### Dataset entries
BEGIN

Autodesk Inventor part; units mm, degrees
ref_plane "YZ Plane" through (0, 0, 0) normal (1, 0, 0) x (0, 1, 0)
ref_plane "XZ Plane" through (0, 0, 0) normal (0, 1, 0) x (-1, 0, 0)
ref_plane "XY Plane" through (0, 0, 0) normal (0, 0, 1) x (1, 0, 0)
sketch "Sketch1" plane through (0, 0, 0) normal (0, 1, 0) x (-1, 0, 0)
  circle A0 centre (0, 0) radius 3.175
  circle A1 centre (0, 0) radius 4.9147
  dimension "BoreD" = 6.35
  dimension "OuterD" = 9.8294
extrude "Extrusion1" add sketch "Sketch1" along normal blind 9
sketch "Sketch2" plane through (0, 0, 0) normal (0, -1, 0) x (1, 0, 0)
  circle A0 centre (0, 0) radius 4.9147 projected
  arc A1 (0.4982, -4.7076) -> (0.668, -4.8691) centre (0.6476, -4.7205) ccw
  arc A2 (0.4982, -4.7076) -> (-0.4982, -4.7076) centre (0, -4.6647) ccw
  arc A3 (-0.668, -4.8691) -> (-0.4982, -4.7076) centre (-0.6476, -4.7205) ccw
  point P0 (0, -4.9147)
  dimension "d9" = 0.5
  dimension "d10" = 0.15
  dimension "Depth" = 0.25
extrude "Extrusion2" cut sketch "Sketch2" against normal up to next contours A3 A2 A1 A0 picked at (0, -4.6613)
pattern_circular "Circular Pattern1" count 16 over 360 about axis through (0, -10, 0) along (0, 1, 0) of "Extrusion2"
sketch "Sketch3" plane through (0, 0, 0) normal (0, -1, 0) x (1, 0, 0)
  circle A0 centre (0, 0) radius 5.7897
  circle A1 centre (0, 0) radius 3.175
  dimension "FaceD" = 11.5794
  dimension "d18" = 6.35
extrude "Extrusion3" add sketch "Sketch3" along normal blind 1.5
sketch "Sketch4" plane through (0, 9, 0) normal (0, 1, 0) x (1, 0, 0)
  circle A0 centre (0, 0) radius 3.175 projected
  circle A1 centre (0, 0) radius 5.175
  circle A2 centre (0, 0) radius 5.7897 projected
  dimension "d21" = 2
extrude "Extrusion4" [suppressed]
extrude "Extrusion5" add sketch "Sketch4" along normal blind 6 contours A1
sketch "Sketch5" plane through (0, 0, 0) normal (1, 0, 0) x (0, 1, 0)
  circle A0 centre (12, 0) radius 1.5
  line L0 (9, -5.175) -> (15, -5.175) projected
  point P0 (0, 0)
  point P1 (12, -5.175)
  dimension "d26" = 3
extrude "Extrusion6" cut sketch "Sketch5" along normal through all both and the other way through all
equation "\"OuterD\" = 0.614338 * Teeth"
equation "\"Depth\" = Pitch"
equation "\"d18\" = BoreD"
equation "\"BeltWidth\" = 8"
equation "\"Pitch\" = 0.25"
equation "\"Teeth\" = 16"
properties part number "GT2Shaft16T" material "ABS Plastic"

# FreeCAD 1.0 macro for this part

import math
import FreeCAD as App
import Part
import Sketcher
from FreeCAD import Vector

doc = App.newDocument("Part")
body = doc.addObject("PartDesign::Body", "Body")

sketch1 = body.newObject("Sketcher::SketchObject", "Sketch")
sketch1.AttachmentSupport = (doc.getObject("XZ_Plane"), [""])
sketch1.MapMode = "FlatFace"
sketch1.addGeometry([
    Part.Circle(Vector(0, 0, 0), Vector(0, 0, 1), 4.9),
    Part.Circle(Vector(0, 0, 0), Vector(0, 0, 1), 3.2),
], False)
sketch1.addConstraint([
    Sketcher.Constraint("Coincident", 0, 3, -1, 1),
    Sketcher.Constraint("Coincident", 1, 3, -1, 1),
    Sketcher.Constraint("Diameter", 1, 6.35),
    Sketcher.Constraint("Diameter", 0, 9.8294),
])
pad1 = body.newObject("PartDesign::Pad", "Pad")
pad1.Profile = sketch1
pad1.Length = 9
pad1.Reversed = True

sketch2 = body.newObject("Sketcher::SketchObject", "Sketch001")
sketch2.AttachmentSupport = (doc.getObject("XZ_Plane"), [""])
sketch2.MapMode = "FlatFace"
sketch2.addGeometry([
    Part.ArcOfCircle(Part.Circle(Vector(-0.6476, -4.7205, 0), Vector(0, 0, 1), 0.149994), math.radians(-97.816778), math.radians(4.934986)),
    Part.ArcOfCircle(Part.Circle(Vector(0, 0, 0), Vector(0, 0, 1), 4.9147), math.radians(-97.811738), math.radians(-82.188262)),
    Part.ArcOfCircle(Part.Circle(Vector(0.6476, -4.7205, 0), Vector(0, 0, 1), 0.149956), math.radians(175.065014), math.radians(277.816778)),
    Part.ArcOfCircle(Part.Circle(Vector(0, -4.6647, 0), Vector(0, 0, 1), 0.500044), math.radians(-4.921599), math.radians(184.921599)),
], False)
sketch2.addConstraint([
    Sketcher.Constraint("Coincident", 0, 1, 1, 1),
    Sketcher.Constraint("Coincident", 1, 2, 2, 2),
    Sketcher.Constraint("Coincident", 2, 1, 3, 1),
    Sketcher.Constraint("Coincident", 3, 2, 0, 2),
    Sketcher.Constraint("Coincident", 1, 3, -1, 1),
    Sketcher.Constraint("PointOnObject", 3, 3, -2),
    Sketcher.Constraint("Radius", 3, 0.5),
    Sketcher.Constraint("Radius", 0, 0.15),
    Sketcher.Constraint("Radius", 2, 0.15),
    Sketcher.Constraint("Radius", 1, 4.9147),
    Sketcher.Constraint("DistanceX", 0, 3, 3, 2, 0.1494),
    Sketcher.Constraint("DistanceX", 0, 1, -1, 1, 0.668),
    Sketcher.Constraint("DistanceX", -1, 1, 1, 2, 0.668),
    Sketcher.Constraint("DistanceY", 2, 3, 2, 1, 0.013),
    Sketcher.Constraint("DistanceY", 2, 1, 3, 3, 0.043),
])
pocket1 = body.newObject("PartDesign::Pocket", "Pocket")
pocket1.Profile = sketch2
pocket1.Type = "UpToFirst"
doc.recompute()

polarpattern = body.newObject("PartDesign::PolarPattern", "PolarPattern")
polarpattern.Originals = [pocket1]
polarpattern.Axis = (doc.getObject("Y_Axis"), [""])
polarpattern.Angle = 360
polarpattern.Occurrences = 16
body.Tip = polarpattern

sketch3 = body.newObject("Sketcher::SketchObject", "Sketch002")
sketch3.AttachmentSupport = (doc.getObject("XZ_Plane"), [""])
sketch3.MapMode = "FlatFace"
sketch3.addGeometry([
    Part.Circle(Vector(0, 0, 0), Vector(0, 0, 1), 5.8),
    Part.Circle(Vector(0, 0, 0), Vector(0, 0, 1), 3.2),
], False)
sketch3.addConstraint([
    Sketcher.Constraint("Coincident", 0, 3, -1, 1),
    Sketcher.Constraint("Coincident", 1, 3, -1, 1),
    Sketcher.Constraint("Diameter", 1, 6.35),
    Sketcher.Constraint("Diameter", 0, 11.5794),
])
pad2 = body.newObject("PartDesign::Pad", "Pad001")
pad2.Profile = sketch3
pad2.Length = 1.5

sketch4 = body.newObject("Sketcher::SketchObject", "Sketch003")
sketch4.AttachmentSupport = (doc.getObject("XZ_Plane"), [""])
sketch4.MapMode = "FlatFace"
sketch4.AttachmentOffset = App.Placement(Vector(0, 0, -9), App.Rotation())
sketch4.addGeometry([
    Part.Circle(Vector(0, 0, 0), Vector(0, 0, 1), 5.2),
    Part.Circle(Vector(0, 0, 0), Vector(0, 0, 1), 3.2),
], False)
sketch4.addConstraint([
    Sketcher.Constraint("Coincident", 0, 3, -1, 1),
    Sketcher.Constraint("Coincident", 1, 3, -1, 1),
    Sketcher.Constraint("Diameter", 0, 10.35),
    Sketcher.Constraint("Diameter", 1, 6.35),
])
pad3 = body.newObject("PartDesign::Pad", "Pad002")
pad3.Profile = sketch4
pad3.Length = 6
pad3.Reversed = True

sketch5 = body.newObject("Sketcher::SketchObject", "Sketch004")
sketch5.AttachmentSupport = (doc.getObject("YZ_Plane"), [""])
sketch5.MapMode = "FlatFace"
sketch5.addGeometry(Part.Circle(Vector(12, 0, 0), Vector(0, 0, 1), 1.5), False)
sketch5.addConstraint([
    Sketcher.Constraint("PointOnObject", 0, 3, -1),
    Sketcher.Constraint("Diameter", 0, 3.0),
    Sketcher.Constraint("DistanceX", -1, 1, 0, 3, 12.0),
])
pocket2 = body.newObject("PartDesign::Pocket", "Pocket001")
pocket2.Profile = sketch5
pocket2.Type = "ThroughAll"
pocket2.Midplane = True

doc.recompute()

END

### Exercise goal
Retype, exactly and in full, the lines above from the one containing "properties part number" through the one containing "# FreeCAD 1.0 macro for this part".

### Solution for this problem
properties part number "GT2Shaft16T" material "ABS Plastic"

# FreeCAD 1.0 macro for this part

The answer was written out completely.